Are you financially prepared to be a widow?

475498It’s a fact that women live longer than men in every country in the world.  It’s important to be prepared and to start looking at widowhood as a when, not an if.

More than one in five women 60 or older is living in poverty.  A survey of women whose partners had died revealed that half of them lost at least 50% of their income following their spouse’s death, and 48% had trouble determining what Social Security benefits they were entitled to.

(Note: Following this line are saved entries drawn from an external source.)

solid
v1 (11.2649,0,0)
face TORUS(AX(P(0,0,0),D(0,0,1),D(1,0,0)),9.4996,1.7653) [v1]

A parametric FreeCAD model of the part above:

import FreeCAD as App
import Part
import Sketcher

V = App.Vector
Q = App.Units.Quantity

doc = App.newDocument("Part")
body = doc.addObject("PartDesign::Body", "Body")

sketch1 = body.newObject("Sketcher::SketchObject", "Sketch")
sketch1.AttachmentSupport = (doc.getObject("YZ_Plane"), [""])
sketch1.MapMode = "FlatFace"
sketch1.addGeometry(Part.Circle(V(-9.5, 0, 0), V(0, 0, 1), 1.8), False)
sketch1.addConstraint([
    Sketcher.Constraint("PointOnObject", 0, 3, -1),
    Sketcher.Constraint("Diameter", 0, Q("0.139 in")),
    Sketcher.Constraint("DistanceX", 0, 3, -1, 1, Q("0.374 in")),
])
revolution = body.newObject("PartDesign::Revolution", "Revolution")
revolution.Profile = sketch1
revolution.ReferenceAxis = (sketch1, ["V_Axis"])
revolution.Angle = 360

doc.recompute()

Here’s what you need to do to stay financially secure after your spouse is gone:

  1. Get involved in family finances.  Don’t just let your husband handle everything.  If you and your husband use a financial advisor, get involved in meetings and share in the decision making process.Make sure you know all of the financial information for you and your husband – bank and brokerages account numbers, insurance companies, contact information for your financial advisor, CPA, insurance agent, and attorney.  You should also know the location of all important documents, the combination to any safes, the location of your safe deposit box key and a master list of computer logins and passwords.
  2. Know about life insurance.  If you don’t currently have a policy, it might be worth getting one.  It’s an easy, tax-free way to replace income after your spouse dies.
  3. Consider – and reconsider – a prenup.  This document may be able to protect and exclude some assets from your marriage, which could be very helpful after your spouse dies by possibly helping you to avoid large tax implications of assets that could otherwise be considered joint marital property.  It’s worth consulting an attorney before you wed and then later in your marriage.
  4. Understand your survivor benefits.  It’s a good idea to know what you’re entitled to before the death of your spouse.  You should know about the Social Security benefits for both of you and understand the options you have.Be sure your beneficiaries are up to date.  This is especially important if this is a second marriage for either of you.   Transfer on Death (TOD) designations (beneficiary designations for non-retirement accounts) and beneficiaries should be tied to as many assets as possible.  TOD designations can keep assets from being frozen during the probate process.
  5. Consolidate your accounts.  If you have many individually titled investment accounts, this can prove a time-consuming mess for the surviving spouse.  You should consider consolidating accounts, especially if your spouse has similar IRA or other accounts.  Every account has its own process and documents when the owner or one of the owners dies; having many different accounts usually doesn’t serve a real purpose.  Consolidation results in less paperwork to deal with after the owner’s death.
  6. Work with your financial advisor, not the bank.  You might be tempted to let your bank handle everything after your husband dies, but that could be a big mistake.  The bank may aggregate all of your assets and then try to sell you financial products you don’t need.  Instead, you should consult your financial advisor both before and after the death of your spouse.If you haven’t worked with a financial advisor, accountant or lawyer, or if you have typically let your husband deal with these people, you should get to know them too.  That way, you will have a group of advisors you know and trust who can help you after your husband’s death.
  7. Don’t make any major life changes right away.  Most advisors suggest that widows make no significant life changes for the first year after the death of their spouse.  You should not be in a hurry to spend or invest your money while setting the estate.  You need to be sure you have a full grasp of your new financial situation first.Losing your spouse is a devastating event.  Don’t make it more devastating by become financially insecure after becoming a widow.  Take steps before this happens to protect yourself financially.  Have open and honest conversations about money with your spouse and your financial advisor now to ensure a smoother transition to when you’re a widow.